● DATA LISTING:
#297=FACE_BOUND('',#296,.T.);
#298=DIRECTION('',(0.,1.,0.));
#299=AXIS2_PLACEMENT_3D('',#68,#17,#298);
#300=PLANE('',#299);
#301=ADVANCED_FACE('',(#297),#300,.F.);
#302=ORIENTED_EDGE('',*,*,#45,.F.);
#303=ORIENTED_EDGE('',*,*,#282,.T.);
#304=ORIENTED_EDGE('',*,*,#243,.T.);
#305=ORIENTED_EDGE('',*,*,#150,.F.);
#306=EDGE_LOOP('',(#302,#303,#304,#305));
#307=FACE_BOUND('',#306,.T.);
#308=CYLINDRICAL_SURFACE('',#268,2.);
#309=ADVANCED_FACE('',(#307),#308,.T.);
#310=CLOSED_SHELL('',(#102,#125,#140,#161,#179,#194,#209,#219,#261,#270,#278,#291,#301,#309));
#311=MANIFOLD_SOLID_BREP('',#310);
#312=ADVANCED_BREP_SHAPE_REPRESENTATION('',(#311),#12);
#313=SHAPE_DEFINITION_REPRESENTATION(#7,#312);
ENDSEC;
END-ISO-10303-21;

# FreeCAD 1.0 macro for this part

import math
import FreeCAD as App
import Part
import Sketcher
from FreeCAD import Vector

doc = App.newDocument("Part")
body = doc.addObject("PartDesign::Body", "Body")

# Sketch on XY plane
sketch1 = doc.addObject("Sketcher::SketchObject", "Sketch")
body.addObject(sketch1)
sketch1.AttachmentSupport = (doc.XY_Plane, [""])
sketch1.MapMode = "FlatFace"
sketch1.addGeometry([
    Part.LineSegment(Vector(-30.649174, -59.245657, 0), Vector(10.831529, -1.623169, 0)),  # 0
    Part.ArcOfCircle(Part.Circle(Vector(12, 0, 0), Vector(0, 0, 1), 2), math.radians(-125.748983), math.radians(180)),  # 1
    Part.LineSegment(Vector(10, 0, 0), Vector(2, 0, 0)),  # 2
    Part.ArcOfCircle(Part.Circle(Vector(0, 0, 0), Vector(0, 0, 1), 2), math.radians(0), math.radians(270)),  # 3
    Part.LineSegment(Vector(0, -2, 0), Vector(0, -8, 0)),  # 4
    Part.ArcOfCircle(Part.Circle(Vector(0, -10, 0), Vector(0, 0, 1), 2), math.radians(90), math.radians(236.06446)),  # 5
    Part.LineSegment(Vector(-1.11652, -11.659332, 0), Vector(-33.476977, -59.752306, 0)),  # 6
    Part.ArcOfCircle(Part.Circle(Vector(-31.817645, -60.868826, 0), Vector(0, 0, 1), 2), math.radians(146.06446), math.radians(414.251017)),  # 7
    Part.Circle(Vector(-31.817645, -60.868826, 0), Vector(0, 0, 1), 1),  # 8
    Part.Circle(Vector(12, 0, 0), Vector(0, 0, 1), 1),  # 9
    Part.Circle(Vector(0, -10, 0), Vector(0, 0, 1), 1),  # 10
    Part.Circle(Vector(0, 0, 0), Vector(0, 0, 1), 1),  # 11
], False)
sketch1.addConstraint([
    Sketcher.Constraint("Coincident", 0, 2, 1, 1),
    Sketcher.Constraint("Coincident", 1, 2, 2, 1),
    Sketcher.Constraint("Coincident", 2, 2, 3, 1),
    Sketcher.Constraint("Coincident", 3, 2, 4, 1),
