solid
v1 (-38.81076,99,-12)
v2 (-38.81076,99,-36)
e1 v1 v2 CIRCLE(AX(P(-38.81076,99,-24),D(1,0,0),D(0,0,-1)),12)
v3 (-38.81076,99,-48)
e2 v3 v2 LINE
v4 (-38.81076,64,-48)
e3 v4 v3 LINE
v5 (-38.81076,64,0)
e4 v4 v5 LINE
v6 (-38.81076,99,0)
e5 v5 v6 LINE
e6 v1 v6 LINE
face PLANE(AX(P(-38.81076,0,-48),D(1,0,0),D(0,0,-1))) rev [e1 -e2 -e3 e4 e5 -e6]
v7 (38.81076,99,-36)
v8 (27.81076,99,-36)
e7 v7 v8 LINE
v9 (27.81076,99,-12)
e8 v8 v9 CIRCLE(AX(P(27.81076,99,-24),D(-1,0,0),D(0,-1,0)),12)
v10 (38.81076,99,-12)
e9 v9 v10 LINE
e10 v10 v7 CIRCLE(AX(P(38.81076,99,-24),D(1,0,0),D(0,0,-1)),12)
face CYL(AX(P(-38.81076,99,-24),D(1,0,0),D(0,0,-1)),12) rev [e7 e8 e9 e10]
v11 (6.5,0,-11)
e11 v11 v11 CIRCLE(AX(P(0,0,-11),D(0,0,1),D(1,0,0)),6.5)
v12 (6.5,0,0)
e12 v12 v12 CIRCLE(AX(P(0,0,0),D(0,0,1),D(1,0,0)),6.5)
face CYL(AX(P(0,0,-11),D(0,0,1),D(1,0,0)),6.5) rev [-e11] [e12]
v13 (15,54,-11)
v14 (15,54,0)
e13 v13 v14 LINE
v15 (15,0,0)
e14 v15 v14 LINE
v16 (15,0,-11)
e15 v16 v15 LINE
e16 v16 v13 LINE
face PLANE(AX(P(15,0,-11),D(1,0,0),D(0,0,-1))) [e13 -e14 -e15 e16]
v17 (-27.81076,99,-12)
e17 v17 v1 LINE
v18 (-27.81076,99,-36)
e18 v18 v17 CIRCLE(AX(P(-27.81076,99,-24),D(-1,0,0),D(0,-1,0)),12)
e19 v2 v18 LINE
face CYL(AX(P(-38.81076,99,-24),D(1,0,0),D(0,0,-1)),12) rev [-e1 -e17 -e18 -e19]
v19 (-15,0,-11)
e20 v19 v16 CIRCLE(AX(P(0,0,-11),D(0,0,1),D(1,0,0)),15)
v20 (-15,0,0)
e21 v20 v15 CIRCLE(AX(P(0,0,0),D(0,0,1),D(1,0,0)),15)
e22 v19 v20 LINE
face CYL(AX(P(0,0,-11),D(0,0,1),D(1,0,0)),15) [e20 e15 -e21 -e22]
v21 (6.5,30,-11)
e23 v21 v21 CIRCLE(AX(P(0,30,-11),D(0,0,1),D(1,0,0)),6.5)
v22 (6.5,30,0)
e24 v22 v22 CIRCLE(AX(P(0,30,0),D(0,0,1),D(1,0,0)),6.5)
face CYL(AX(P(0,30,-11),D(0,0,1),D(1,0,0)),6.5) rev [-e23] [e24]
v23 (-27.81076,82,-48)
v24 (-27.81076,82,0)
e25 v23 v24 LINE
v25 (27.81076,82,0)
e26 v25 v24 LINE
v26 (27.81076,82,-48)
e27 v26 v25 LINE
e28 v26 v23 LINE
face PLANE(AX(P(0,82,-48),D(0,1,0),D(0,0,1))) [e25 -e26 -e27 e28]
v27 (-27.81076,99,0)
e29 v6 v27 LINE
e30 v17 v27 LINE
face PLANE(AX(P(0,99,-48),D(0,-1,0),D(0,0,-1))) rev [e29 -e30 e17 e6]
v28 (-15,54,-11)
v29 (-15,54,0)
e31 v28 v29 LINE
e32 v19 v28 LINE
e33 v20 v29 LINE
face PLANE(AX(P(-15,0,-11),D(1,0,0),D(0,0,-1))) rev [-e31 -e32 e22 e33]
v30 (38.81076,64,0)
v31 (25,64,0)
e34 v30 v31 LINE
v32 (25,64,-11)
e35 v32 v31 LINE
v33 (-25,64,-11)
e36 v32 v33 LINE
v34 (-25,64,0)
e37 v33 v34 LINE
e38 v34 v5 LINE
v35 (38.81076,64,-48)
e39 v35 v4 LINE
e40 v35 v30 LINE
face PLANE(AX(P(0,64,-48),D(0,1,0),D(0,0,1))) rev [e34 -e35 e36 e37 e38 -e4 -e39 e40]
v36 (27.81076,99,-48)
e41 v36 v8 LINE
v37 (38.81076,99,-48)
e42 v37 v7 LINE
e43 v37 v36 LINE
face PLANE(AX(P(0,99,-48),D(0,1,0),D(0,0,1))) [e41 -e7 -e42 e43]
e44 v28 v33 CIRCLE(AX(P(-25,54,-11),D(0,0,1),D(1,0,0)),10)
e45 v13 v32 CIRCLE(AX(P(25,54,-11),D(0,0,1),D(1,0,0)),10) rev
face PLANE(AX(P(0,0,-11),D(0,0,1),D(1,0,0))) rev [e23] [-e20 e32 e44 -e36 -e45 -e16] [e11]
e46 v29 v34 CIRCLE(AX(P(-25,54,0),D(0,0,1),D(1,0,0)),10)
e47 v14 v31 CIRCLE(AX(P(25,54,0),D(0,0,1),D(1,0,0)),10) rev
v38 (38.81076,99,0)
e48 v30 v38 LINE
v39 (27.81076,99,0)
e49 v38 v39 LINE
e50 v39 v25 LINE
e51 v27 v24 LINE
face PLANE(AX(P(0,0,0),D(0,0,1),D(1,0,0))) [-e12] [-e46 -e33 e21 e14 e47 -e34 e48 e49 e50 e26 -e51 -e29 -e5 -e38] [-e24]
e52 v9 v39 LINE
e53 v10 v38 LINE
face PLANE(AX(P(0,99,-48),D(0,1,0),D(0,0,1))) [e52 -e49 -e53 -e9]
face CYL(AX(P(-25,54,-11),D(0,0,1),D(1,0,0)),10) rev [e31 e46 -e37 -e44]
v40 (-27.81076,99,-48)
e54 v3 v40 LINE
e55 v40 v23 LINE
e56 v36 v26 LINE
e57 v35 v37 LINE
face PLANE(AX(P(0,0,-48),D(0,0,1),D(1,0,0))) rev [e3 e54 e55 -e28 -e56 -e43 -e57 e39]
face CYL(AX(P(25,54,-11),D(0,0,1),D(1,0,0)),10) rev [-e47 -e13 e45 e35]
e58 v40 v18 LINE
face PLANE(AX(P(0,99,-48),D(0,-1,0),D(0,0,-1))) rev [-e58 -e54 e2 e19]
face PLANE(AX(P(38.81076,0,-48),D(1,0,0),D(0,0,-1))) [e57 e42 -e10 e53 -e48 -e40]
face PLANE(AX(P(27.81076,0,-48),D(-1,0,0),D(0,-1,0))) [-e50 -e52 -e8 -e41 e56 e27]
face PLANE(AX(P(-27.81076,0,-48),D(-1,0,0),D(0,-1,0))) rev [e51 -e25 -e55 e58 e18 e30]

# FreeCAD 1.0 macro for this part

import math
import FreeCAD as App
import Part
import Sketcher

V = App.Vector
Q = App.Units.Quantity


def add_polygon(sketch, points):
    """Adds a closed chain of lines whose ends are joined by coincident constraints."""
    first, n = sketch.GeometryCount, len(points)
    for a, b in zip(points, points[1:] + points[:1]):
        sketch.addGeometry(Part.LineSegment(App.Vector(*a, 0), App.Vector(*b, 0)), False)
    for i in range(n):
        sketch.addConstraint(Sketcher.Constraint("Coincident", first + i, 2, first + (i + 1) % n, 1))

doc = App.newDocument("Part")
params = doc.addObject("Spreadsheet::Sheet", "Params")
for row, (alias, value) in enumerate([
    ("sketch1_diameter", "13 mm"),
    ("sketch1_radius", "10 mm"),
    ("sketch1_radius2", "15 mm"),
    ("sketch1_height", "54 mm"),
    ("pad1_length", "11 mm"),
    ("sketch2_width", "11 mm"),
    ("sketch2_height", "17 mm"),
    ("sketch2_height2", "35 mm"),
    ("pad2_length", "48 mm"),
    ("sketch3_diameter", "24 mm"),
], start=1):
    params.set(f"A{row}", alias)
    params.set(f"B{row}", "=" + value)
    params.setAlias(f"B{row}", alias)

body = doc.addObject("PartDesign::Body", "Body")

# Sketch on XY plane
sketch1 = body.newObject("Sketcher::SketchObject", "Sketch")
sketch1.AttachmentSupport = (doc.getObject("XY_Plane"), [""])
sketch1.MapMode = "FlatFace"
sketch1.addGeometry(Part.LineSegment(V(15, 0, 0), V(15, 54, 0)), False)
sketch1.addGeometry(Part.ArcOfCircle(Part.Circle(V(25, 54, 0), V(0, 0, 1), 10), math.radians(90), math.radians(180)), False)
sketch1.addGeometry(Part.LineSegment(V(25, 64, 0), V(-25, 64, 0)), False)
sketch1.addGeometry(Part.ArcOfCircle(Part.Circle(V(-25, 54, 0), V(0, 0, 1), 10), math.radians(0), math.radians(90)), False)
sketch1.addGeometry(Part.LineSegment(V(-15, 54, 0), V(-15, 0, 0)), False)
sketch1.addGeometry(Part.ArcOfCircle(Part.Circle(V(0, 0, 0), V(0, 0, 1), 15), math.radians(180), math.radians(360)), False)
sketch1.addGeometry(Part.Circle(V(0, 0, 0), V(0, 0, 1), 6), False)
sketch1.addGeometry(Part.Circle(V(0, 30, 0), V(0, 0, 1), 6), False)
sketch1.addConstraint(Sketcher.Constraint("Tangent", 0, 2, 1, 2))
sketch1.addConstraint(Sketcher.Constraint("Tangent", 1, 1, 2, 1))
sketch1.addConstraint(Sketcher.Constraint("Tangent", 2, 2, 3, 2))
sketch1.addConstraint(Sketcher.Constraint("Tangent", 3, 1, 4, 1))
sketch1.addConstraint(Sketcher.Constraint("Tangent", 4, 2, 5, 1))
sketch1.addConstraint(Sketcher.Constraint("Tangent", 5, 2, 0, 1))
sketch1.addConstraint(Sketcher.Constraint("Vertical", 0))
sketch1.addConstraint(Sketcher.Constraint("Horizontal", 2))
sketch1.addConstraint(Sketcher.Constraint("Vertical", 4))
sketch1.addConstraint(Sketcher.Constraint("Coincident", 5, 3, -1, 1))
sketch1.addConstraint(Sketcher.Constraint("Coincident", 6, 3, -1, 1))
sketch1.addConstraint(Sketcher.Constraint("Equal", 1, 3))
sketch1.addConstraint(Sketcher.Constraint("Equal", 6, 7))
sketch1.addConstraint(Sketcher.Constraint("PointOnObject", 7, 3, -2))
sketch1.addConstraint(Sketcher.Constraint("Diameter", 6, Q("13 mm")))
sketch1.addConstraint(Sketcher.Constraint("Radius", 1, Q("10 mm")))
sketch1.addConstraint(Sketcher.Constraint("Radius", 5, Q("15 mm")))
sketch1.addConstraint(Sketcher.Constraint("DistanceY", 0, 1, 0, 2, Q("54 mm")))
sketch1.addConstraint(Sketcher.Constraint("DistanceY", -1, 1, 7, 3, Q("30 mm")))
sketch1.setExpression("Constraints[14]", "Params.sketch1_diameter")
sketch1.setExpression("Constraints[15]", "Params.sketch1_radius")
sketch1.setExpression("Constraints[16]", "Params.sketch1_radius2")
sketch1.setExpression("Constraints[17]", "Params.sketch1_height")
pad1 = body.newObject("PartDesign::Pad", "Pad")
pad1.Profile = sketch1
pad1.setExpression("Length", "Params.pad1_length")
pad1.Reversed = True

# Sketch on XY plane
sketch2 = body.newObject("Sketcher::SketchObject", "Sketch001")
sketch2.AttachmentSupport = (doc.getObject("XY_Plane"), [""])
sketch2.MapMode = "FlatFace"
add_polygon(sketch2, [(28, 82), (-28, 82), (-28, 99), (-39, 99), (-39, 64), (39, 64), (39, 99), (28, 99)])  # lines 0-7
sketch2.addConstraint(Sketcher.Constraint("Horizontal", 0))
sketch2.addConstraint(Sketcher.Constraint("Vertical", 1))
sketch2.addConstraint(Sketcher.Constraint("Horizontal", 2))
sketch2.addConstraint(Sketcher.Constraint("Vertical", 3))
sketch2.addConstraint(Sketcher.Constraint("Horizontal", 4))
sketch2.addConstraint(Sketcher.Constraint("Vertical", 5))
sketch2.addConstraint(Sketcher.Constraint("Horizontal", 6))
sketch2.addConstraint(Sketcher.Constraint("Vertical", 7))
sketch2.addConstraint(Sketcher.Constraint("Symmetric", 2, 2, 5, 2, -2))
sketch2.addConstraint(Sketcher.Constraint("Equal", 2, 6))
sketch2.addConstraint(Sketcher.Constraint("DistanceX", 2, 2, 2, 1, Q("11 mm")))
sketch2.addConstraint(Sketcher.Constraint("DistanceY", 1, 1, 1, 2, Q("17 mm")))
sketch2.addConstraint(Sketcher.Constraint("DistanceY", 3, 2, 3, 1, Q("35 mm")))
sketch2.addConstraint(Sketcher.Constraint("DistanceY", -1, 1, 0, 2, Q("82 mm")))
sketch2.addConstraint(Sketcher.Constraint("DistanceX", 0, 2, 0, 1, Q("55.62152 mm")))
sketch2.setExpression("Constraints[18]", "Params.sketch2_width")
sketch2.setExpression("Constraints[19]", "Params.sketch2_height")
sketch2.setExpression("Constraints[20]", "Params.sketch2_height2")
pad2 = body.newObject("PartDesign::Pad", "Pad001")
pad2.Profile = sketch2
pad2.setExpression("Length", "Params.pad2_length")
pad2.Reversed = True

# Sketch on YZ plane
sketch3 = body.newObject("Sketcher::SketchObject", "Sketch002")
sketch3.AttachmentSupport = (doc.getObject("YZ_Plane"), [""])
sketch3.MapMode = "FlatFace"
sketch3.AttachmentOffset = App.Placement(V(0, 0, 38.81076), App.Rotation())
sketch3.addGeometry(Part.Circle(V(99, -24, 0), V(0, 0, 1), 12), False)
sketch3.addConstraint(Sketcher.Constraint("Diameter", 0, Q("24 mm")))
sketch3.addConstraint(Sketcher.Constraint("DistanceX", -1, 1, 0, 3, Q("99 mm")))
sketch3.addConstraint(Sketcher.Constraint("DistanceY", 0, 3, -1, 1, Q("24 mm")))
sketch3.setExpression("Constraints[0]", "Params.sketch3_diameter")
pocket1 = body.newObject("PartDesign::Pocket", "Pocket")
pocket1.Profile = sketch3
pocket1.Type = "ThroughAll"

doc.recompute()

● YOUR GOAL: The line above containing "e44 v28 v33", the line containing "e48 v30 v38 LINE", and every line between them are to be transcribed exactly; no other line is wanted.

● SOLUTION TO THIS PROBLEM:
e44 v28 v33 CIRCLE(AX(P(-25,54,-11),D(0,0,1),D(1,0,0)),10)
e45 v13 v32 CIRCLE(AX(P(25,54,-11),D(0,0,1),D(1,0,0)),10) rev
face PLANE(AX(P(0,0,-11),D(0,0,1),D(1,0,0))) rev [e23] [-e20 e32 e44 -e36 -e45 -e16] [e11]
e46 v29 v34 CIRCLE(AX(P(-25,54,0),D(0,0,1),D(1,0,0)),10)
e47 v14 v31 CIRCLE(AX(P(25,54,0),D(0,0,1),D(1,0,0)),10) rev
v38 (38.81076,99,0)
e48 v30 v38 LINE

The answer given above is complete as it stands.